I do not have an answer to the question what would happen if I crashed the bike or myself. And it haunts me, the fear of falling and fear of oneself. There’s not a fucking soul here. Every now and again I would come across a herd which would treat me like the sun treats human dilemmas such as whether or not there is a future. There’s no phone signal as well, naturally.
An hour passed. We crossed at least three or four mountain creeks.


I’m in for another two and a half hours of toil and enjoyment, at the same time. I’m thinking to myself, as we hop along, that it wasn’t so bad. I could go twice as long, I suppose. The sun is still high and the night is far! But as I stopped to take a photo of another beautiful sight I feel my hands trembling. Fucking off road.
My father in law used to say “Be afraid of the fox, be afraid of the wolf, and you will never go into the forest.” And that’s exactly it. The academic variant of this maxim would be “Audaces fortuna iuvant”. AS it turns out, only a few GS hops further a sign appeared: “Tenahead – The highest mountain hotel in South Africa – 1 kilometre to go.”


We reached 2500 meters above sea level.
We were quickly and deftly accommodated, especially as my tremor presented itself just as the housekeeper appeared in the doorway, hearing the pretentious rumbling of my GS. “Is everything all right, Sir?” he said after his previous question uttered in Afrikaans went unanswered. I’m in heaven, tomorrow’s two and a half hour trip causes no tremors so far.
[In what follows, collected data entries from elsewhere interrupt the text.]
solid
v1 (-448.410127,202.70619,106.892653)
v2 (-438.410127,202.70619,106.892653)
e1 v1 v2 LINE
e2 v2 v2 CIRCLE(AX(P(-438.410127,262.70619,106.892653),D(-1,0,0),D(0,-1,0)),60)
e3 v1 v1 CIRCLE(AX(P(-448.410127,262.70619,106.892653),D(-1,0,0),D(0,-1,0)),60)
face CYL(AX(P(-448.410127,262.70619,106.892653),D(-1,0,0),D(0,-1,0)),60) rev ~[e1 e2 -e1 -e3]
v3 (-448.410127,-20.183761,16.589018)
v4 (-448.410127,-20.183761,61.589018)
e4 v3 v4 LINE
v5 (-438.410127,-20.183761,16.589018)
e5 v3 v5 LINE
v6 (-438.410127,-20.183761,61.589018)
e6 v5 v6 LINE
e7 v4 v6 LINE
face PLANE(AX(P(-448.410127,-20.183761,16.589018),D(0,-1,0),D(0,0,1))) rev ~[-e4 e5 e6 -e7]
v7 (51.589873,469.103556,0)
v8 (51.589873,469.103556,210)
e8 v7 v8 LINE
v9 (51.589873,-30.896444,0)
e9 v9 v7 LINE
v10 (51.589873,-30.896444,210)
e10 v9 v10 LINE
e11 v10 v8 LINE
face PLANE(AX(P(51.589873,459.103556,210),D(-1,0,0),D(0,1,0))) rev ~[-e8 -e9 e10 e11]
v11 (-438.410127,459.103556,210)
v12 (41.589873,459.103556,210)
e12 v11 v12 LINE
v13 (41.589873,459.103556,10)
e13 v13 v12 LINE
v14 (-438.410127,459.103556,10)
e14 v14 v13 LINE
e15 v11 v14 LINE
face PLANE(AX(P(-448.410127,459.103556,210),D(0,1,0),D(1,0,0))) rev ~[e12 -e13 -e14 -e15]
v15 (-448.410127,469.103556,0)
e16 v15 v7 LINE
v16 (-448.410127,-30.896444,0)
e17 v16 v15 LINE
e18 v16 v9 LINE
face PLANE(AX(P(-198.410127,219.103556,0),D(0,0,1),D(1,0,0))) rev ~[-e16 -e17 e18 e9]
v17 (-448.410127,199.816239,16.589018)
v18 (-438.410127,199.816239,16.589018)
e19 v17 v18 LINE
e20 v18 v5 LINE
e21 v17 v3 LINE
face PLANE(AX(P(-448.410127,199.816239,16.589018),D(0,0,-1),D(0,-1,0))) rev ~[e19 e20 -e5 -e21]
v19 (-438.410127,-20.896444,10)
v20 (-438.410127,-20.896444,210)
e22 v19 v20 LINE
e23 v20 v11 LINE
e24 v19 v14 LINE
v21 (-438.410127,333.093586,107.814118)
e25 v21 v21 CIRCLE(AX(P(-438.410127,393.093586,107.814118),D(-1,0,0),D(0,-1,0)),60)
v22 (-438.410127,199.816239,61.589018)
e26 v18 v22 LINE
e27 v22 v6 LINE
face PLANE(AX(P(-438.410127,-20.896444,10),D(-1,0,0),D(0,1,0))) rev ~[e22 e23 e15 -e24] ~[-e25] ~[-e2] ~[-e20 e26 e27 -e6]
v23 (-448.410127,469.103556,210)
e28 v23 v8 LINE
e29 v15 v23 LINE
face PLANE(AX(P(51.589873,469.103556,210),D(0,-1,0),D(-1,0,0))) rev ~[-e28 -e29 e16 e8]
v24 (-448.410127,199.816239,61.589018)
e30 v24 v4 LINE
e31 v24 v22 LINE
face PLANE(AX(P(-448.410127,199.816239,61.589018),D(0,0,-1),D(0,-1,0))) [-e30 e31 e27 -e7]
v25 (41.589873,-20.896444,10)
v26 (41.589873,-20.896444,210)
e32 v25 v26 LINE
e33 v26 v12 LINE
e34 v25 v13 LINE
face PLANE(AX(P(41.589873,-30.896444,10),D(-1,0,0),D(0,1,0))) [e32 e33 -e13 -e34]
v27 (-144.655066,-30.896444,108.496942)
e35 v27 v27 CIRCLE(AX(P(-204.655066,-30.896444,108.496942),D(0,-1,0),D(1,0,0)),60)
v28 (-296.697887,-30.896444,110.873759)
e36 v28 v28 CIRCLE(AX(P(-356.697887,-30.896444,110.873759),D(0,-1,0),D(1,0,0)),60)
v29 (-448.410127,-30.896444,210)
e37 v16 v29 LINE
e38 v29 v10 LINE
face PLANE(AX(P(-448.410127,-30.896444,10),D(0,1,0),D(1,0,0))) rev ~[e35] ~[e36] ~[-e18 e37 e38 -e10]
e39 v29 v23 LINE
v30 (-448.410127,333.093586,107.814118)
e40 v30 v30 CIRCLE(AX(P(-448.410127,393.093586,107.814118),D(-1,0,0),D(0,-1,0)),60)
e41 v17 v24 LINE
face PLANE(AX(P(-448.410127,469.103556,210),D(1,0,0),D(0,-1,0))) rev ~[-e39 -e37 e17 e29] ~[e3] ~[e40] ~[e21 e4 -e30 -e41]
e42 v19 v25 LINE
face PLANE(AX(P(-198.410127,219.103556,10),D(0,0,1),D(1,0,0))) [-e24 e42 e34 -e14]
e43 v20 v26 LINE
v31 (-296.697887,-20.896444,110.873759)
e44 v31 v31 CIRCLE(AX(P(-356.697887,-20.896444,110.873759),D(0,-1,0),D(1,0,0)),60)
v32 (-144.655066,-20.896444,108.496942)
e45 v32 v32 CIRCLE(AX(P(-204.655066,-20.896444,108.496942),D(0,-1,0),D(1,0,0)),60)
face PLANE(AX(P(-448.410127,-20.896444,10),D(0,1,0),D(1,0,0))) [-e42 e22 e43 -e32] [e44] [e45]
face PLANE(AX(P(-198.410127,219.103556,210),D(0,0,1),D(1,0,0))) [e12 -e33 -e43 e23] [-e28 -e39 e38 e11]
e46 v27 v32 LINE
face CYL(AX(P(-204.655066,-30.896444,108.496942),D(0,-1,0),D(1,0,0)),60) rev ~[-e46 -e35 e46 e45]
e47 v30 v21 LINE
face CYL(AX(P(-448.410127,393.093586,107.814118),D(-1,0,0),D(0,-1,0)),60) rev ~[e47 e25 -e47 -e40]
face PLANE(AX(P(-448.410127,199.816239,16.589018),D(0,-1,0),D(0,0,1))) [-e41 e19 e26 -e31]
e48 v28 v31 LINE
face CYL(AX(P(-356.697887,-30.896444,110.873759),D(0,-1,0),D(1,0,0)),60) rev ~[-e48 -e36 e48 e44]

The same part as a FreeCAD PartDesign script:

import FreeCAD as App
import Part
import Sketcher

V = App.Vector

doc = App.newDocument("Part")
body = doc.addObject("PartDesign::Body", "Body")

sketch1 = body.newObject("Sketcher::SketchObject", "Sketch")
sketch1.AttachmentSupport = (doc.getObject("XY_Plane"), [""])
sketch1.MapMode = "FlatFace"
sketch1.addGeometry([
    Part.LineSegment(V(-448, 469, 0), V(-448, -31, 0)),
    Part.LineSegment(V(-448, -31, 0), V(52, -31, 0)),
    Part.LineSegment(V(52, -31, 0), V(52, 469, 0)),
    Part.LineSegment(V(52, 469, 0), V(-448, 469, 0)),
], False)
sketch1.addConstraint([
    Sketcher.Constraint("Coincident", 0, 2, 1, 1),
    Sketcher.Constraint("Coincident", 1, 2, 2, 1),
    Sketcher.Constraint("Coincident", 2, 2, 3, 1),
    Sketcher.Constraint("Coincident", 3, 2, 0, 1),
    Sketcher.Constraint("Vertical", 0),
    Sketcher.Constraint("Horizontal", 1),
    Sketcher.Constraint("Vertical", 2),
    Sketcher.Constraint("Horizontal", 3),
    Sketcher.Constraint("Equal", 3, 0),
    Sketcher.Constraint("DistanceX", 1, 1, 1, 2, 500.0),
    Sketcher.Constraint("DistanceX", 0, 2, -1, 1, 448.410127),
    Sketcher.Constraint("DistanceY", 0, 2, -1, 1, 30.896444),
])
pad1 = body.newObject("PartDesign::Pad", "Pad")
pad1.Profile = sketch1
pad1.Length = 10

sketch2 = body.newObject("Sketcher::SketchObject", "Sketch001")
sketch2.AttachmentSupport = (doc.getObject("XY_Plane"), [""])
sketch2.MapMode = "FlatFace"
sketch2.AttachmentOffset = App.Placement(V(0, 0, 10), App.Rotation())
sketch2.addGeometry([
    Part.LineSegment(V(-448, 469, 0), V(-448, 459, 0)),
    Part.LineSegment(V(-448, 459, 0), V(52, 459, 0)),
    Part.LineSegment(V(52, 459, 0), V(52, 469, 0)),
    Part.LineSegment(V(52, 469, 0), V(-448, 469, 0)),
], False)
sketch2.addConstraint([
    Sketcher.Constraint("Coincident", 0, 2, 1, 1),
    Sketcher.Constraint("Coincident", 1, 2, 2, 1),
    Sketcher.Constraint("Coincident", 2, 2, 3, 1),
    Sketcher.Constraint("Coincident", 3, 2, 0, 1),
    Sketcher.Constraint("Vertical", 0),
    Sketcher.Constraint("Horizontal", 1),
    Sketcher.Constraint("Vertical", 2),
    Sketcher.Constraint("Horizontal", 3),
    Sketcher.Constraint("DistanceX", 1, 1, 1, 2, 500.0),
    Sketcher.Constraint("DistanceY", 0, 2, 0, 1, 10.0),
    Sketcher.Constraint("DistanceX", 0, 2, -1, 1, 448.410127),
    Sketcher.Constraint("DistanceY", -1, 1, 0, 2, 459.103556),
])
pad2 = body.newObject("PartDesign::Pad", "Pad001")
pad2.Profile = sketch2
pad2.Length = 200

sketch3 = body.newObject("Sketcher::SketchObject", "Sketch002")
sketch3.AttachmentSupport = (doc.getObject("XY_Plane"), [""])
sketch3.MapMode = "FlatFace"
sketch3.AttachmentOffset = App.Placement(V(0, 0, 10), App.Rotation())
sketch3.addGeometry([
    Part.LineSegment(V(42, 459, 0), V(42, -31, 0)),
    Part.LineSegment(V(42, -31, 0), V(52, -31, 0)),
    Part.LineSegment(V(52, -31, 0), V(52, 459, 0)),
    Part.LineSegment(V(52, 459, 0), V(42, 459, 0)),
], False)
sketch3.addConstraint([
    Sketcher.Constraint("Coincident", 0, 2, 1, 1),
    Sketcher.Constraint("Coincident", 1, 2, 2, 1),
    Sketcher.Constraint("Coincident", 2, 2, 3, 1),
    Sketcher.Constraint("Coincident", 3, 2, 0, 1),
    Sketcher.Constraint("Vertical", 0),
    Sketcher.Constraint("Horizontal", 1),
    Sketcher.Constraint("Vertical", 2),
    Sketcher.Constraint("Horizontal", 3),
    Sketcher.Constraint("DistanceX", 1, 1, 1, 2, 10.0),
    Sketcher.Constraint("DistanceY", 0, 2, 0, 1, 490.0),
    Sketcher.Constraint("DistanceX", -1, 1, 0, 2, 41.589873),
    Sketcher.Constraint("DistanceY", 0, 2, -1, 1, 30.896444),
])
pad3 = body.newObject("PartDesign::Pad", "Pad002")
pad3.Profile = sketch3
pad3.Length = 250

sketch4 = body.newObject("Sketcher::SketchObject", "Sketch003")
sketch4.AttachmentSupport = (doc.getObject("XY_Plane"), [""])
sketch4.MapMode = "FlatFace"
sketch4.AttachmentOffset = App.Placement(V(0, 0, 10), App.Rotation())
sketch4.addGeometry([
    Part.LineSegment(V(-448, -21, 0), V(-448, -31, 0)),
    Part.LineSegment(V(-448, -31, 0), V(42, -31, 0)),
    Part.LineSegment(V(42, -31, 0), V(42, -21, 0)),
    Part.LineSegment(V(42, -21, 0), V(-448, -21, 0)),
], False)
sketch4.addConstraint([
    Sketcher.Constraint("Coincident", 0, 2, 1, 1),
    Sketcher.Constraint("Coincident", 1, 2, 2, 1),
    Sketcher.Constraint("Coincident", 2, 2, 3, 1),
    Sketcher.Constraint("Coincident", 3, 2, 0, 1),
    Sketcher.Constraint("Vertical", 0),
    Sketcher.Constraint("Horizontal", 1),
    Sketcher.Constraint("Vertical", 2),
    Sketcher.Constraint("Horizontal", 3),
    Sketcher.Constraint("DistanceX", 1, 1, 1, 2, 490.0),
    Sketcher.Constraint("DistanceY", 0, 2, 0, 1, 10.0),
    Sketcher.Constraint("DistanceX", 0, 2, -1, 1, 448.410127),
    Sketcher.Constraint("DistanceY", 0, 2, -1, 1, 30.896444),
])
pad4 = body.newObject("PartDesign::Pad", "Pad003")
pad4.Profile = sketch4
pad4.Length = 250

sketch5 = body.newObject("Sketcher::SketchObject", "Sketch004")
sketch5.AttachmentSupport = (doc.getObject("XY_Plane"), [""])
sketch5.MapMode = "FlatFace"
sketch5.AttachmentOffset = App.Placement(V(0, 0, 10), App.Rotation())
sketch5.addGeometry([
    Part.LineSegment(V(-448, 459, 0), V(-448, -21, 0)),
    Part.LineSegment(V(-448, -21, 0), V(-438, -21, 0)),
    Part.LineSegment(V(-438, -21, 0), V(-438, 459, 0)),
    Part.LineSegment(V(-438, 459, 0), V(-448, 459, 0)),
], False)
sketch5.addConstraint([
    Sketcher.Constraint("Coincident", 0, 2, 1, 1),
    Sketcher.Constraint("Coincident", 1, 2, 2, 1),
    Sketcher.Constraint("Coincident", 2, 2, 3, 1),
    Sketcher.Constraint("Coincident", 3, 2, 0, 1),
    Sketcher.Constraint("Vertical", 0),
    Sketcher.Constraint("Horizontal", 1),
    Sketcher.Constraint("Vertical", 2),
    Sketcher.Constraint("Horizontal", 3),
    Sketcher.Constraint("DistanceX", 1, 1, 1, 2, 10.0),
    Sketcher.Constraint("DistanceY", 0, 2, 0, 1, 480.0),
    Sketcher.Constraint("DistanceX", 0, 2, -1, 1, 448.410127),
    Sketcher.Constraint("DistanceY", 0, 2, -1, 1, 20.896444),
])
pad5 = body.newObject("PartDesign::Pad", "Pad004")
pad5.Profile = sketch5
pad5.Length = 250

sketch6 = body.newObject("Sketcher::SketchObject", "Sketch005")
sketch6.AttachmentSupport = (doc.getObject("XY_Plane"), [""])
sketch6.MapMode = "FlatFace"
sketch6.AttachmentOffset = App.Placement(V(0, 0, 210), App.Rotation())
sketch6.addGeometry([
    Part.LineSegment(V(-448, 459, 0), V(52, 459, 0)),
    Part.LineSegment(V(52, 459, 0), V(52, 469, 0)),
    Part.LineSegment(V(52, 469, 0), V(-448, 469, 0)),
    Part.LineSegment(V(-448, 469, 0), V(-448, 459, 0)),
], False)
sketch6.addConstraint([
    Sketcher.Constraint("Coincident", 0, 2, 1, 1),
    Sketcher.Constraint("Coincident", 1, 2, 2, 1),
    Sketcher.Constraint("Coincident", 2, 2, 3, 1),
    Sketcher.Constraint("Coincident", 3, 2, 0, 1),
    Sketcher.Constraint("Horizontal", 0),
    Sketcher.Constraint("Vertical", 1),
    Sketcher.Constraint("Horizontal", 2),
    Sketcher.Constraint("Vertical", 3),
    Sketcher.Constraint("DistanceX", 0, 1, 0, 2, 500.0),
    Sketcher.Constraint("DistanceY", 1, 1, 1, 2, 10.0),
    Sketcher.Constraint("DistanceX", -1, 1, 0, 2, 51.589873),
    Sketcher.Constraint("DistanceY", -1, 1, 0, 2, 459.103556),
])
pad6 = body.newObject("PartDesign::Pad", "Pad005")
pad6.Profile = sketch6
pad6.Length = 50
Well, some did manifest themselves upon hearing that it’s going to rain.


There was no rain that morning, and there wouldn’t be any while I was making my way to the asphalt.


All those hundreds of dusty kilometres have emboldened me, so fear gave way to arrogance. I’m going faster than I should, so an hour after setting off I ended up in some bushes by the road. No damage!
European toponyms like Underberg, which is the name of a small town beneath the Drakensberg Massive, may sound quite strange to someone travelling through such non-European scenery. Or the name Little Switzerland? It also denotes a deep nostalgic yearning of the settlers. Even though they caused much suffering to the natives, they themselves were not spared suffering. Not many people moved here on a whim.
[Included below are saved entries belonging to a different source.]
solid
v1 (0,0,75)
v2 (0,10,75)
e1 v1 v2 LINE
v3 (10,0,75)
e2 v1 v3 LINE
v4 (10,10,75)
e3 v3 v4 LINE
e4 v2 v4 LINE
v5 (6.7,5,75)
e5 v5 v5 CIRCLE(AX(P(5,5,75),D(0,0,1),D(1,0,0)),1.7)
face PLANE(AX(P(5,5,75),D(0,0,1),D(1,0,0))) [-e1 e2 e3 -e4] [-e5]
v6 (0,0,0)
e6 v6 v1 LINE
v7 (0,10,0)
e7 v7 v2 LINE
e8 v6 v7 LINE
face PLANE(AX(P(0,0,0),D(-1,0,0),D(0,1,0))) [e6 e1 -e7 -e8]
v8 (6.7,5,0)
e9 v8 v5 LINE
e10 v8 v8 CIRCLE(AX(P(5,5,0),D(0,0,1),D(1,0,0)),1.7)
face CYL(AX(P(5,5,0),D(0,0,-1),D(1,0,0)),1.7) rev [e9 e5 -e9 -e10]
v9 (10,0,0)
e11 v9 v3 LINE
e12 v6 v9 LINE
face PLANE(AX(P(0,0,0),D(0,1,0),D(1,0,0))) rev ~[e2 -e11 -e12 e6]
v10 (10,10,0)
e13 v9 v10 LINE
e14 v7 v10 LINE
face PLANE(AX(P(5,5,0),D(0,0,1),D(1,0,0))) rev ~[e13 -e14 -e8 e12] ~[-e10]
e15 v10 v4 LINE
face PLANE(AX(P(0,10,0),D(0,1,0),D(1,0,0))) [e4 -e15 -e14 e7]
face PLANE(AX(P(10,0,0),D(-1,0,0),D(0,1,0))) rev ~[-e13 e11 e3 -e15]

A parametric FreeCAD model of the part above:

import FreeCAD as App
import Part
import Sketcher

V = App.Vector
Q = App.Units.Quantity

doc = App.newDocument("Part")
body = doc.addObject("PartDesign::Body", "Body")

sketch1 = doc.addObject("Sketcher::SketchObject", "Sketch")
body.addObject(sketch1)
sketch1.AttachmentSupport = (doc.XY_Plane, [""])
sketch1.MapMode = "FlatFace"
sketch1.addGeometry(Part.LineSegment(V(0, 10, 0), V(0, 0, 0)), False)
sketch1.addGeometry(Part.LineSegment(V(0, 0, 0), V(10, 0, 0)), False)
sketch1.addGeometry(Part.LineSegment(V(10, 0, 0), V(10, 10, 0)), False)
sketch1.addGeometry(Part.LineSegment(V(10, 10, 0), V(0, 10, 0)), False)
sketch1.addGeometry(Part.Circle(V(5, 5, 0), V(0, 0, 1), 1.7), False)
sketch1.addConstraint(Sketcher.Constraint("Coincident", 0, 2, 1, 1))
sketch1.addConstraint(Sketcher.Constraint("Coincident", 1, 2, 2, 1))
sketch1.addConstraint(Sketcher.Constraint("Coincident", 2, 2, 3, 1))
sketch1.addConstraint(Sketcher.Constraint("Coincident", 3, 2, 0, 1))
sketch1.addConstraint(Sketcher.Constraint("Vertical", 0))
sketch1.addConstraint(Sketcher.Constraint("Horizontal", 1))
sketch1.addConstraint(Sketcher.Constraint("Vertical", 2))
sketch1.addConstraint(Sketcher.Constraint("Horizontal", 3))
sketch1.addConstraint(Sketcher.Constraint("Coincident", 0, 2, -1, 1))
sketch1.addConstraint(Sketcher.Constraint("Equal", 3, 0))
sketch1.addConstraint(Sketcher.Constraint("Diameter", 4, Q("3.4 mm")))
sketch1.addConstraint(Sketcher.Constraint("DistanceX", 1, 1, 1, 2, Q("10 mm")))
sketch1.addConstraint(Sketcher.Constraint("DistanceX", -1, 1, 4, 3, Q("5 mm")))
sketch1.addConstraint(Sketcher.Constraint("DistanceY", -1, 1, 4, 3, Q("5 mm")))
pad1 = doc.addObject("PartDesign::Pad", "Pad")
body.addObject(pad1)
pad1.Profile = sketch1
pad1.Length = 75

doc.recompute()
The way to Clarens goes through the town of Howick in the Kwa-Zulu-Natal region where Nelson Mandela was last a free man in 1962. In the place where he was arrested and thrown into prison for 27 years there is a phenomenal monument made out of metal bars. His portrait appears only if you stand in the right place.




Nelson Mandela was Ubuntu. To be Ubuntu and to do Ubuntu is an important concept in the collective psychologies of the Zulu, Xhosa and other peoples. It is hard to capture the true meaning of this stance, or rather state. Ubuntu means empathy and kindness towards another human being. To be humane also means Ubuntu.
27 years of imprisonment on Robben Island near Cape Town, where he was isolated from his family, friends and people by a double fence (one made of wire and the other an ocean) never filled Mandela with a need to take revenge or to settle the score when he took power in 1994.  On the contrary, the whites will remember him as an Ubuntu president, just and kind. Mandela was imprisoned as a young man, while both he and the Apartheid were in full force and he was freed when the foundations of those politics started shaking, and he had grown old. He raised his voice against that monstrous regime which by political decree took away the right to a dignified life from one race and gave the other all the rights, enforcing this policy with unrelenting ruthlessness. As the victor he could have, of course, punished and humiliated his and his peoples’ tormentors, taking revenge on them. Instead, he categorically excluded any possibility of revenge by amending the Preamble of the Constitution of South Africa with the words: “We, the people of South Africa; Recognize the injustices of our past; Honor those who suffered for justice and freedom in our land; Respect those who have worked to build and develop our country; and Believe that South Africa belongs to all who live in it, united in our diversity.”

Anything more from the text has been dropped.